It’s Official: Americans Paying More Taxes Than Ever

The one thing the Republican Congress did give then-President Donald Trump during his first year in office was a major tax cut for businesses and individuals.

But despite that, the country continues to pay a massive amount of income taxes to the government.

And in fact, it’s now official: Americans pay more in taxes than they ever have.

What’s more, our tax burden has become the largest share of gross domestic product since income taxes began in 1913 with a paltry amount imposed on the most wealthy.

“In 2021, receipts from individual income taxes totaled $2.0 trillion, or 9.1% of GDP,” said a report from the Congressional Budget Office.

“Under current law, and on the basis of receipts observed through late April of this year, CBO expects individual income tax receipts to rise by 28% in 2022, to $2.6 trillion.

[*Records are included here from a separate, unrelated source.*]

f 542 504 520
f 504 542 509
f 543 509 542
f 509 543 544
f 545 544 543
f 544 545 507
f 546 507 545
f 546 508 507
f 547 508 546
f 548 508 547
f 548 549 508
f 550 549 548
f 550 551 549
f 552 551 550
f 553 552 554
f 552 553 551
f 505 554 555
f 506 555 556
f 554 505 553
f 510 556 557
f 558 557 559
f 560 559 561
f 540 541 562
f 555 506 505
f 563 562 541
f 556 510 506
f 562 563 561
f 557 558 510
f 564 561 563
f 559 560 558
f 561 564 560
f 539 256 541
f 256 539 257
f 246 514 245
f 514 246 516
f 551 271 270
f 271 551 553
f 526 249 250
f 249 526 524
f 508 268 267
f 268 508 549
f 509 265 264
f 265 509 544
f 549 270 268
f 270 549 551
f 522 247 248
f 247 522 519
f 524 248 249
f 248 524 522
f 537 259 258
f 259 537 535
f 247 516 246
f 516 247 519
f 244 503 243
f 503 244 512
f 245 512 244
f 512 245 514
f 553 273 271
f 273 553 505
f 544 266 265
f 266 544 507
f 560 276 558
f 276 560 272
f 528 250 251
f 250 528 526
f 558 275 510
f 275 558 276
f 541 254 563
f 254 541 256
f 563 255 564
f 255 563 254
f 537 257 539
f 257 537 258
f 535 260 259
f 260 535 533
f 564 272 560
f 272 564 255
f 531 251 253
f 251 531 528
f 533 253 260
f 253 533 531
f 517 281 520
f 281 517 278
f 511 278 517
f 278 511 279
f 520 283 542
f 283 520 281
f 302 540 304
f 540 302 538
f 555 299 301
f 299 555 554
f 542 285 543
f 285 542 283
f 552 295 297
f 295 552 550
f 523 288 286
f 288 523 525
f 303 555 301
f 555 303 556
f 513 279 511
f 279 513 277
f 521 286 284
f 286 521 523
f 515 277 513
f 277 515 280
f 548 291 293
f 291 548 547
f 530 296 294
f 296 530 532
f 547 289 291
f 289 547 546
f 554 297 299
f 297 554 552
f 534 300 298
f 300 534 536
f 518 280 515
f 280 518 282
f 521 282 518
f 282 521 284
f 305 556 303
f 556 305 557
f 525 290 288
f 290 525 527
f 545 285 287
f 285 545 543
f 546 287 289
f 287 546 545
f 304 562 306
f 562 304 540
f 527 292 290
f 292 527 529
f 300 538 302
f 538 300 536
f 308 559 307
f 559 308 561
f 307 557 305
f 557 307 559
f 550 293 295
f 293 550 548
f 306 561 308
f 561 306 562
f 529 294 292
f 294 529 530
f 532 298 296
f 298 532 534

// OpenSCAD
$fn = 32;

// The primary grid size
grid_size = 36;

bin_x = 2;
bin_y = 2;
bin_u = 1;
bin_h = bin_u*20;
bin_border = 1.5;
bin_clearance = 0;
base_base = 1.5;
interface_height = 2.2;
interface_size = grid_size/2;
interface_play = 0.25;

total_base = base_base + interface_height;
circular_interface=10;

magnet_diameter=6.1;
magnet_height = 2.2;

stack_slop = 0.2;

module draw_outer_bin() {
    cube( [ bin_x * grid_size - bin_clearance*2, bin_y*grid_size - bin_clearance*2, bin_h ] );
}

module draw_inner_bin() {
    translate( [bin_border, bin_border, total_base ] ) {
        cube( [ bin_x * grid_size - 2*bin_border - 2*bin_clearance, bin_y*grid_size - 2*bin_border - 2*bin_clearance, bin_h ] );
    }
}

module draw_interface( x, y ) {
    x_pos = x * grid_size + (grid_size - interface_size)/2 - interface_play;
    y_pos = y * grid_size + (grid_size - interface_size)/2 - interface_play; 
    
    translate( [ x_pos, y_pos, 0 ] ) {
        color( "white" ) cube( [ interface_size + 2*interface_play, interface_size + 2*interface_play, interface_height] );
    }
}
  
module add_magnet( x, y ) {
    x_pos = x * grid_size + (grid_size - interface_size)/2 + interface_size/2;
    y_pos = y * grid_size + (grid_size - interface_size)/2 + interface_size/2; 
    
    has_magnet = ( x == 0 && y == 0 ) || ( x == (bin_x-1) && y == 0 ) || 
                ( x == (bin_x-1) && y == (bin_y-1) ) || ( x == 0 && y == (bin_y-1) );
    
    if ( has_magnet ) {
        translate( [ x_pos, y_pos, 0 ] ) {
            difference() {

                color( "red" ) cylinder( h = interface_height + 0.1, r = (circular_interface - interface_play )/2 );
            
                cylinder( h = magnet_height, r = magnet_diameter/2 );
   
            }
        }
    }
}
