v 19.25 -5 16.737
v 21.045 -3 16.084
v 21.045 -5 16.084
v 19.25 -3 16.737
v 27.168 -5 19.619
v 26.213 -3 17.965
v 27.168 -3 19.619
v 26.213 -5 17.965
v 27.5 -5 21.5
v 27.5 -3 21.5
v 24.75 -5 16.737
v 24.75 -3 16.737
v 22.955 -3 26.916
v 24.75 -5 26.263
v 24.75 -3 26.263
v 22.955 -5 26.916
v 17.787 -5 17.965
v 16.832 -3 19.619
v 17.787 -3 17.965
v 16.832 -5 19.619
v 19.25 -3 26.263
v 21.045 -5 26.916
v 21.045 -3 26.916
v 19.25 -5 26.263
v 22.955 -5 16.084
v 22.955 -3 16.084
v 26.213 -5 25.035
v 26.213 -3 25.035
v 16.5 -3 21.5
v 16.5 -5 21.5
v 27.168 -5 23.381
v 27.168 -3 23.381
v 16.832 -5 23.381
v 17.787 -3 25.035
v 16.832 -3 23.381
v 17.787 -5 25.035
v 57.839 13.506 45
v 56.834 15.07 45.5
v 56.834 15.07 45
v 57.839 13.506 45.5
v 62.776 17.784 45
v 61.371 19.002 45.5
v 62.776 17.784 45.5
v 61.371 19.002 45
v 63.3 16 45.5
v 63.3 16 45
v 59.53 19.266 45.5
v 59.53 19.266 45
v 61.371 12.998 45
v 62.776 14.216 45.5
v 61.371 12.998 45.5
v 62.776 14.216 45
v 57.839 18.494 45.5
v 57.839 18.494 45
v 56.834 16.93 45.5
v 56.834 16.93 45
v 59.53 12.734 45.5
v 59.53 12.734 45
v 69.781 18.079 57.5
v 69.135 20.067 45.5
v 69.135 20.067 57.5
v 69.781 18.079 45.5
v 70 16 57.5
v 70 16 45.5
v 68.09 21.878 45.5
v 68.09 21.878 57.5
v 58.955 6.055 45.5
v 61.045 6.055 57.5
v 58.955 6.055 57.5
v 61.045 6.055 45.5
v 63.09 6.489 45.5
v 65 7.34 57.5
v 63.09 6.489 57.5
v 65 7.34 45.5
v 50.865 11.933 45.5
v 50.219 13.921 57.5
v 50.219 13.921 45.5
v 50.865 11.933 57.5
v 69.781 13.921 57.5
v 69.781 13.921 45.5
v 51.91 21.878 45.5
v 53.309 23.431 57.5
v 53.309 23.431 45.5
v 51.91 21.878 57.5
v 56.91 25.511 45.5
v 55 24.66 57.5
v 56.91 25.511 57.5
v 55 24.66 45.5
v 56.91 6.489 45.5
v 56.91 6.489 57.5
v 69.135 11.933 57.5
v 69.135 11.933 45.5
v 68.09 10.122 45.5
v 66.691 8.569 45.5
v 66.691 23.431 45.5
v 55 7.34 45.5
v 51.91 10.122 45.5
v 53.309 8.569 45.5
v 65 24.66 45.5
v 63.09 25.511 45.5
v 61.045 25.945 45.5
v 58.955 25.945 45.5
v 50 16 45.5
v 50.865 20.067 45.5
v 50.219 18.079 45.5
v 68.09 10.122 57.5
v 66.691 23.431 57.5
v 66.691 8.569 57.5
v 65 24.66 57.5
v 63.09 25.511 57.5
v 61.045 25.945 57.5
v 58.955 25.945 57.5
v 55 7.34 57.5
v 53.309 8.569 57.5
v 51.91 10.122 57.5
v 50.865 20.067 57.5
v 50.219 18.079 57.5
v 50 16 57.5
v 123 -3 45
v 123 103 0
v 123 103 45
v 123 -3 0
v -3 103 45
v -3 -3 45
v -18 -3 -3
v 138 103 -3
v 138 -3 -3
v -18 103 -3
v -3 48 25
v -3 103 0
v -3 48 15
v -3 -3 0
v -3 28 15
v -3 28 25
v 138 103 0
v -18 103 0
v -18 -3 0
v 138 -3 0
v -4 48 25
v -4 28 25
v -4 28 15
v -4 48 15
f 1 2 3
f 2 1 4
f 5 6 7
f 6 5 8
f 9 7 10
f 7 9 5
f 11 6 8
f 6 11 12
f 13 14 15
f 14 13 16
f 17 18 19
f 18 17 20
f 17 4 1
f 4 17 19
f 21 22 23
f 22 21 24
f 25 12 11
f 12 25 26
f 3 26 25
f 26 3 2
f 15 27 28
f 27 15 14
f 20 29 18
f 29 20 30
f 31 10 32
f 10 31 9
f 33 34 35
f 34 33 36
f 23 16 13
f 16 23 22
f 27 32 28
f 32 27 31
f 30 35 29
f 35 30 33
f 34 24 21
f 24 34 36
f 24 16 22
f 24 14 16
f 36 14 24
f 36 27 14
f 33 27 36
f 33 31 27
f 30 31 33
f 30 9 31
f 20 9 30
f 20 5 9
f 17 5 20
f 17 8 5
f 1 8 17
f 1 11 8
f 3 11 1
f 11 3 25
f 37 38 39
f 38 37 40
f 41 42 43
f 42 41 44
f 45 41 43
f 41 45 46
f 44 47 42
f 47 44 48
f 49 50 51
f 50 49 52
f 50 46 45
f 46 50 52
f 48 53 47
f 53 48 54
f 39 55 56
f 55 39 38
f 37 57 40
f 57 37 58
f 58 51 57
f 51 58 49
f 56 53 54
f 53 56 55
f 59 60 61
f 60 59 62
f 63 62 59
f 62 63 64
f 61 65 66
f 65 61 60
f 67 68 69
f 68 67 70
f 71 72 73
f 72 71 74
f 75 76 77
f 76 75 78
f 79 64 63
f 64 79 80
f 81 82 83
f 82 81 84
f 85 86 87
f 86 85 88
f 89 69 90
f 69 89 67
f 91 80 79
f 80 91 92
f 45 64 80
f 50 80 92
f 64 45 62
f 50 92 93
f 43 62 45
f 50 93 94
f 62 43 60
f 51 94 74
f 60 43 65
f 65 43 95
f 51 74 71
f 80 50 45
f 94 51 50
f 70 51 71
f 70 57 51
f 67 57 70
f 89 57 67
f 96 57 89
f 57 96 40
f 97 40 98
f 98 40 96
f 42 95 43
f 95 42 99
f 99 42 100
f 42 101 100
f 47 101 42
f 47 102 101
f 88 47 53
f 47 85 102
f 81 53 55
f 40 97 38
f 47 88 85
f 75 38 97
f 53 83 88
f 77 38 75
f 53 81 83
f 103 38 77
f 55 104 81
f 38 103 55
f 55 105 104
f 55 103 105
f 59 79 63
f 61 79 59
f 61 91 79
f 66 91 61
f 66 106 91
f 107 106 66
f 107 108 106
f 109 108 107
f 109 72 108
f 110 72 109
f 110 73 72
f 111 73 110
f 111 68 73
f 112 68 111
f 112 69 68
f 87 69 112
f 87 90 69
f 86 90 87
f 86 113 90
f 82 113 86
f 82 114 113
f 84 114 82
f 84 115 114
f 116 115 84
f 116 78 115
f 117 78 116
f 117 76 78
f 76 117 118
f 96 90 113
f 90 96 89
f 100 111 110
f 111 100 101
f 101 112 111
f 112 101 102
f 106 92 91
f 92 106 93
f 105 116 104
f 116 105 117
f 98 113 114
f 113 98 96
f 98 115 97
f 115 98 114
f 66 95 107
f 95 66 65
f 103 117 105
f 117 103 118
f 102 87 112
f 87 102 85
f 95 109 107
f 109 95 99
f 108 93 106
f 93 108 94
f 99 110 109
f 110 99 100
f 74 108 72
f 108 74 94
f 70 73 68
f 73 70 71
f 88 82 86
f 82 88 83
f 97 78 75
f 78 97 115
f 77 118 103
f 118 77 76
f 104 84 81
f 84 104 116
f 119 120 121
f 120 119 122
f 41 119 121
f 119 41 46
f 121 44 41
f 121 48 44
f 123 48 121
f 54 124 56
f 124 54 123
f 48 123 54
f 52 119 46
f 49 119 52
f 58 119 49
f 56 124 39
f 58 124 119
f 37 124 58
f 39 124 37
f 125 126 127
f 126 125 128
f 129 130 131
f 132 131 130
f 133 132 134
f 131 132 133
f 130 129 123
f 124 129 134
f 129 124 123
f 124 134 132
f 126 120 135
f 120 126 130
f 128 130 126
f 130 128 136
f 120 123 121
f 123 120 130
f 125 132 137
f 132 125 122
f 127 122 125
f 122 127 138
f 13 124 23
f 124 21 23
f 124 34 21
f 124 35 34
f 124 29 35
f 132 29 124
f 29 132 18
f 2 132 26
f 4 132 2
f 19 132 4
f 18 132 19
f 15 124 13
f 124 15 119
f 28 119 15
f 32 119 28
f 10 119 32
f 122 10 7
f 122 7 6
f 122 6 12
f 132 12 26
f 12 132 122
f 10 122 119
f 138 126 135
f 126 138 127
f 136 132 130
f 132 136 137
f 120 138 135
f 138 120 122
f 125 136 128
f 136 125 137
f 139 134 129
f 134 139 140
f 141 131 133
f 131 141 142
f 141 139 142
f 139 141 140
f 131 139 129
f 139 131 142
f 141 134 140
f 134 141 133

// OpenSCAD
translate([0,0,5.5-3.0]) pcba();

color("brown",alpha=0.2) translate([-3,-3,-3]) cube([120+3+3,100+3+3,48]);
color("brown",alpha=0.2) translate([-3-15,-3,-3]) cube([120+3+3+15+15,100+3+3,3]);
color("gray",alpha=0.9) translate([-4,28,15]) cube([10,20,10]);
 
module pcba(){
    color("green") translate([0,0,28]) cube([120,100,1.5]);         //PCB
    color("blue") translate([60,16,28+1.5+5]) cube([10,11,10],center=true);//pot
    color("gray") translate([82,4,0]) cube([28,23,28]);             //transformer
    translate([22,-5,28-9]) rotate([-90,0,0]) cylinder(33,5.5,5.5); //jack
    translate([12,0,28-0-16]) cube([20,21,16]);                     //jack body
    //translate([30,61,28+1.5]) cube([66,34,18]);
    translate([30,61,28+1.5-10-1.5]) cube([66,34,10]);              //component vol
    color("red") translate([65,62,28-18]) cube([17,13,18]);         //fazel inductor
    color("black") translate([0+8,0+50-16,0]) cube([17,49,26]);
    color("gray",alpha=0.5) translate([0+7-1,0+50-2-16,0-2]) rotate([0,0,0]) cube([18+3,50+3,27+3]);             //9V battery 
    //color("black") translate([27+9,32+3,7]) cube([83-9-9,18,21]);           //dummy coil
    color("black") translate([27+9+7,32+3,7]) cube([70-9-9,18,21]);
    color("black") translate([27+9+7,32+9+3,7]) cylinder(21,9,9);           //dummy coil
    //color("black") translate([27+84-9,32+9+3,7]) cylinder(21,9,9);
    color("black") translate([27+70-9+7,32+9+3,7]) cylinder(21,9,9);    //dummy coil
    color("ivory",alpha=0.5) translate([27,32,7]) cube([84,24,20]);           //dummy coil
    color("gray") translate([104,72,28-8]) cube([5,25,8]);          //header
    
    for (i = [10 : 20 : 110]) {
        translate([i-4/2, 45, 28+1.5]) cube([4,9,6]);               //switches
        //color("gray",alpha=0.9) translate([i-12/2+4/2-4/2, 45-30/2+9/2, 28+1.5]) cube([12,30,14]);
        //color("orange",alpha=1) translate([i-12/2+4/2-4/2-3.5+4, 45-30/2+9/2-2, 28+1.5+5]) cube([11,28,7]);
        color("gray",alpha=0.4) translate([i-12/2+4/2-4/2-3.5+4+3, 45-30/2+9/2-2-2-1, 28+1.5+0]) cube([11-6,28+6,10]);
        color("gray",alpha=0.4) translate([i-12/2+4/2-4/2-3.5, 45-30/2+9/2-2, 28+1.5]) cube([12+6+1,28,10]);

    } 
    
    color("gray") translate([60,16,28+1.5]) cylinder(25,3.3,3.3);
    color("ivory") translate([60,16,48-5]) cylinder(12,10,10);
    
    translate([5,5,-2.5]) cylinder(48-6,2,2);
    translate([120-5,5,-2.5]) cylinder(48-6,2,2);
    translate([40,30,-2.5]) cylinder(48-6,2,2);
    translate([120-40,30,-2.5]) cylinder(48-6,2,2);
    translate([5,65,-2.5]) cylinder(48-6,2,2);
    translate([120-5,65,-2.5]) cylinder(48-6,2,2);
}
 
//switches @ y = 50mm
//10, 30, 50, 70, 90, 110
//travel ammount: 2 mm
//4 x 9 x 6
//17 x 49 x 26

At 10.6% of GDP, that total is expected to be the highest amount of individual income tax receipts recorded since 1913, when ratification of the Sixteenth Amendment authorized the federal government to begin collecting income taxes,” said the agency.

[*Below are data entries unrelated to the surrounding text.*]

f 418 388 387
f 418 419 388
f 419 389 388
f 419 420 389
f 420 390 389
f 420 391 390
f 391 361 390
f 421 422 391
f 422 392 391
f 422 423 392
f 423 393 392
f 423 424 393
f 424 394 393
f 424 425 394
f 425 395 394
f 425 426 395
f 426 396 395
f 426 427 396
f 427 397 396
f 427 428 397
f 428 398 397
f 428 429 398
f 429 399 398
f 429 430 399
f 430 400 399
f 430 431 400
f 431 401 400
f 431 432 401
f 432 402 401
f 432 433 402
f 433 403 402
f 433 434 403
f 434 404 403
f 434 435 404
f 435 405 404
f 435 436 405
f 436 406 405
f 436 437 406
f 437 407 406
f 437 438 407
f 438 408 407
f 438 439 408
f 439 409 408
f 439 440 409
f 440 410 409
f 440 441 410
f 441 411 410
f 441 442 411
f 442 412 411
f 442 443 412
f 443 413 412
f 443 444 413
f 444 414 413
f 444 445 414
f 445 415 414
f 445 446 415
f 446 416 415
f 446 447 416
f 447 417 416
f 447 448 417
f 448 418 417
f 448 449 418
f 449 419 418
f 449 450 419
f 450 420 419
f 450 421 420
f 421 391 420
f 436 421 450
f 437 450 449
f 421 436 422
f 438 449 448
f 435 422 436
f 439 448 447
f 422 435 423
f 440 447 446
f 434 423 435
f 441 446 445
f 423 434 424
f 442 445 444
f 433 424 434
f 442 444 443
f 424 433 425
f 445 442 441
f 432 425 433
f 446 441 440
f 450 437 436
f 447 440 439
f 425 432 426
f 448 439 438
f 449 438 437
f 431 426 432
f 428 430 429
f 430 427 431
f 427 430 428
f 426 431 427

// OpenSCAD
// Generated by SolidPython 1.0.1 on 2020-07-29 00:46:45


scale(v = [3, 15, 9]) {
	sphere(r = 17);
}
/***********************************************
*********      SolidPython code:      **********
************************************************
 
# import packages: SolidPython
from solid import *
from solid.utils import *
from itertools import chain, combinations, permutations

The CBO said that the overall federal revenue is expected to reach a record $4.8 trillion in 2022, a 19% one-year increase.

“The strong revenue growth in 2021 and 2022 results mostly from large increases in collections of individual income taxes. Total revenues in 2022 are projected to equal 19.6% of the nation’s gross domestic product — the largest annual revenues relative to the size of the economy since 2000,” said the CBO.

More money is expected to begin flowing into federal coffers in 2025 if Congress allows the Trump-era tax cuts to expire.

Also, if Congress grants Joe Biden’s budget request, the IRS will get a massive increase in funding which will lead to a bigger agency and more aggressive tax collection.

The Washington Examiner noted:

People are now paying more in total income taxes than ever, even considering the 2017 tax cuts signed by former President Donald Trump. And they will be paying significantly more when elements of those tax cuts expire in 2025, said the CBO.

“Receipts from individual income taxes — the largest source of federal revenues — rose sharply in 2021 and are projected to do so again in 2022 as the economy recovers from recession and temporary provisions enacted in response to the pandemic expire. Those receipts are projected to rise again after 2025 because of the scheduled expiration of some provisions of the 2017 tax act,” read the report.

This, as Americans are also experiencing record-high inflation as food, fuel, energy, and housing costs have skyrocketed under Biden.